_Data for processing:_
====================

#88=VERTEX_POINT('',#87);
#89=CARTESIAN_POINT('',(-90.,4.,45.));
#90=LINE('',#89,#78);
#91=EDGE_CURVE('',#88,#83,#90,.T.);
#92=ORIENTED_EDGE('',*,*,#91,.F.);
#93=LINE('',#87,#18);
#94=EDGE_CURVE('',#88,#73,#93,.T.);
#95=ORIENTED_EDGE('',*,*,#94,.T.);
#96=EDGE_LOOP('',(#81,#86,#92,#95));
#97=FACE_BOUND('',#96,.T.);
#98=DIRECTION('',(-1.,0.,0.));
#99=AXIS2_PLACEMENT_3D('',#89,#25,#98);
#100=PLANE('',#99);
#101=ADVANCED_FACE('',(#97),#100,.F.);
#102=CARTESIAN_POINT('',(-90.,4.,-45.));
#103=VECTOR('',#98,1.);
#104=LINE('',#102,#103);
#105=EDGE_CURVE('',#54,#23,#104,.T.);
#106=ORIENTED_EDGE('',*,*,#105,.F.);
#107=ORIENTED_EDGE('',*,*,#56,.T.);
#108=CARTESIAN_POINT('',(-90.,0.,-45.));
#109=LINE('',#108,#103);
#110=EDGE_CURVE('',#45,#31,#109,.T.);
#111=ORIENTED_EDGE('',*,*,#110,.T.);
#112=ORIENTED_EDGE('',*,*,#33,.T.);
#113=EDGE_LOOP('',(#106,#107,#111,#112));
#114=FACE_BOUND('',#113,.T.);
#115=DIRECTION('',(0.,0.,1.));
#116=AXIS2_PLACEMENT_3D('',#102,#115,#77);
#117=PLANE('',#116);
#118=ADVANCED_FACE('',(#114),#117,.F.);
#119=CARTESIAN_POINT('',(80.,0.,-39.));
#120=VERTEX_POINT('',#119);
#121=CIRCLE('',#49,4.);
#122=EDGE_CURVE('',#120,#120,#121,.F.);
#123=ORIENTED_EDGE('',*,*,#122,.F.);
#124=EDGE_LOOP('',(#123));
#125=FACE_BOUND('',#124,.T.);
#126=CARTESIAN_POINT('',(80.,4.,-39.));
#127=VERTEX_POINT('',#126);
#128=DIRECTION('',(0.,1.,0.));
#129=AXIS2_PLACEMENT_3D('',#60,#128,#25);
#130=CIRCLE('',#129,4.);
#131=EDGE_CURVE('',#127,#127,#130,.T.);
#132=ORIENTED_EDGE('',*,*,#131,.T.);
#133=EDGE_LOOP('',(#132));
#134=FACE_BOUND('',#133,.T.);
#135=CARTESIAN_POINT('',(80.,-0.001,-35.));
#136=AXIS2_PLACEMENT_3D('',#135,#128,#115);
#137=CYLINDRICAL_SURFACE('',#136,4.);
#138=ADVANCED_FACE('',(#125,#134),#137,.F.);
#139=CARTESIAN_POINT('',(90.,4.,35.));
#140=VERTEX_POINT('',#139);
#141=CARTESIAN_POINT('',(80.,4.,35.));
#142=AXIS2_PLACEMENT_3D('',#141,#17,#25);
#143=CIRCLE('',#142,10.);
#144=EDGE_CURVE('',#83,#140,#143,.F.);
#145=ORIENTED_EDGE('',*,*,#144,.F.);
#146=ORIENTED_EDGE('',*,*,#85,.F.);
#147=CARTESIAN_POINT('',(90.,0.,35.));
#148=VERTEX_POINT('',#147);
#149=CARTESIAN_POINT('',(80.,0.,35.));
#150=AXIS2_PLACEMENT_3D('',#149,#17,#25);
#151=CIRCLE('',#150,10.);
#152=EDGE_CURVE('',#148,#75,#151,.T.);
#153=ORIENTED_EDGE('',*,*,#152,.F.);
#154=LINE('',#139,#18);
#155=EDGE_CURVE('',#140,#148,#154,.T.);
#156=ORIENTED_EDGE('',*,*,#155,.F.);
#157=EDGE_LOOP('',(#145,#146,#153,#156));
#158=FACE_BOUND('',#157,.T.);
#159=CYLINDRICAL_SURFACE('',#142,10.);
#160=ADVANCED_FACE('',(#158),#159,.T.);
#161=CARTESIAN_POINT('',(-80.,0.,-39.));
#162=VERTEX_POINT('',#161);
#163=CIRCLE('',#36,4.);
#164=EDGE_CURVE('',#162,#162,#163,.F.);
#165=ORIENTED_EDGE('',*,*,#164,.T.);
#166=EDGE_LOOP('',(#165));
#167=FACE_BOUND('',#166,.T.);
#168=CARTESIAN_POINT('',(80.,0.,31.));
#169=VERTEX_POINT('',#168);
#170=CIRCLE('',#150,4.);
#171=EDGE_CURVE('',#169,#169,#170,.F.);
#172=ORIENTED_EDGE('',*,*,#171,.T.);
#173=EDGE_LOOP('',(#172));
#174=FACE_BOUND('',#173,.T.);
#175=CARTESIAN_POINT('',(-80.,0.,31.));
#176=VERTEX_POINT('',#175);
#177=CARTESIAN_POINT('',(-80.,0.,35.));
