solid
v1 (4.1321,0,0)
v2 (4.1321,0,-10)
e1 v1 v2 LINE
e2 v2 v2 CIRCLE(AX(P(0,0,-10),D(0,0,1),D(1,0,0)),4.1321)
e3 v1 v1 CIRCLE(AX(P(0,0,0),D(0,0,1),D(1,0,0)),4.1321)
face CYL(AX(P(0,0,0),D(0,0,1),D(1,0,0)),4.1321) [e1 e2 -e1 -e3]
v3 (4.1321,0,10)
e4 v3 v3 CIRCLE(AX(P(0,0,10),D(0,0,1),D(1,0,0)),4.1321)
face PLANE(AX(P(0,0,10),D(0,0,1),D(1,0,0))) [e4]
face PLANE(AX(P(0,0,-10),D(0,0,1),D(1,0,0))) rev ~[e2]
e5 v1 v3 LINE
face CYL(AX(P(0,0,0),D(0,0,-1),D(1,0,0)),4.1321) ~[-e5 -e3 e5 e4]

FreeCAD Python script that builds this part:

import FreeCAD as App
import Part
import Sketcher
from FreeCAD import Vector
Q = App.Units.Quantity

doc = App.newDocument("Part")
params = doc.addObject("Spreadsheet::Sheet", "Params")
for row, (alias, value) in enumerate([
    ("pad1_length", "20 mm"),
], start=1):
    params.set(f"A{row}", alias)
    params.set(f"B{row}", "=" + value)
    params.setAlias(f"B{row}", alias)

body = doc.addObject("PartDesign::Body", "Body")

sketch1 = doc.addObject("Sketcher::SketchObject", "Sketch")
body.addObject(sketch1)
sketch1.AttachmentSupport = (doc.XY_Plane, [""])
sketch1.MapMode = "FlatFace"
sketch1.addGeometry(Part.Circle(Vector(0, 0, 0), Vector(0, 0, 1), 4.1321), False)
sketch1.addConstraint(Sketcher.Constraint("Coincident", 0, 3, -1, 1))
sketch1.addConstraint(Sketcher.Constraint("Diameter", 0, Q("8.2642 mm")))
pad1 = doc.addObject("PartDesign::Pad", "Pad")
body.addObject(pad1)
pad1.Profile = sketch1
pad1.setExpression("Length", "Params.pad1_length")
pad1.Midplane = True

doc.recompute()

====================

_What needs to be done:_
Can you write out the lines above, from the first one through the one containing "#100=PLANE('',#99);", exactly as they appear and nothing more?

_Response to this task:_
#88=VERTEX_POINT('',#87);
#89=CARTESIAN_POINT('',(-90.,4.,45.));
#90=LINE('',#89,#78);
#91=EDGE_CURVE('',#88,#83,#90,.T.);
#92=ORIENTED_EDGE('',*,*,#91,.F.);
#93=LINE('',#87,#18);
#94=EDGE_CURVE('',#88,#73,#93,.T.);
#95=ORIENTED_EDGE('',*,*,#94,.T.);
#96=EDGE_LOOP('',(#81,#86,#92,#95));
#97=FACE_BOUND('',#96,.T.);
#98=DIRECTION('',(-1.,0.,0.));
#99=AXIS2_PLACEMENT_3D('',#89,#25,#98);
#100=PLANE('',#99);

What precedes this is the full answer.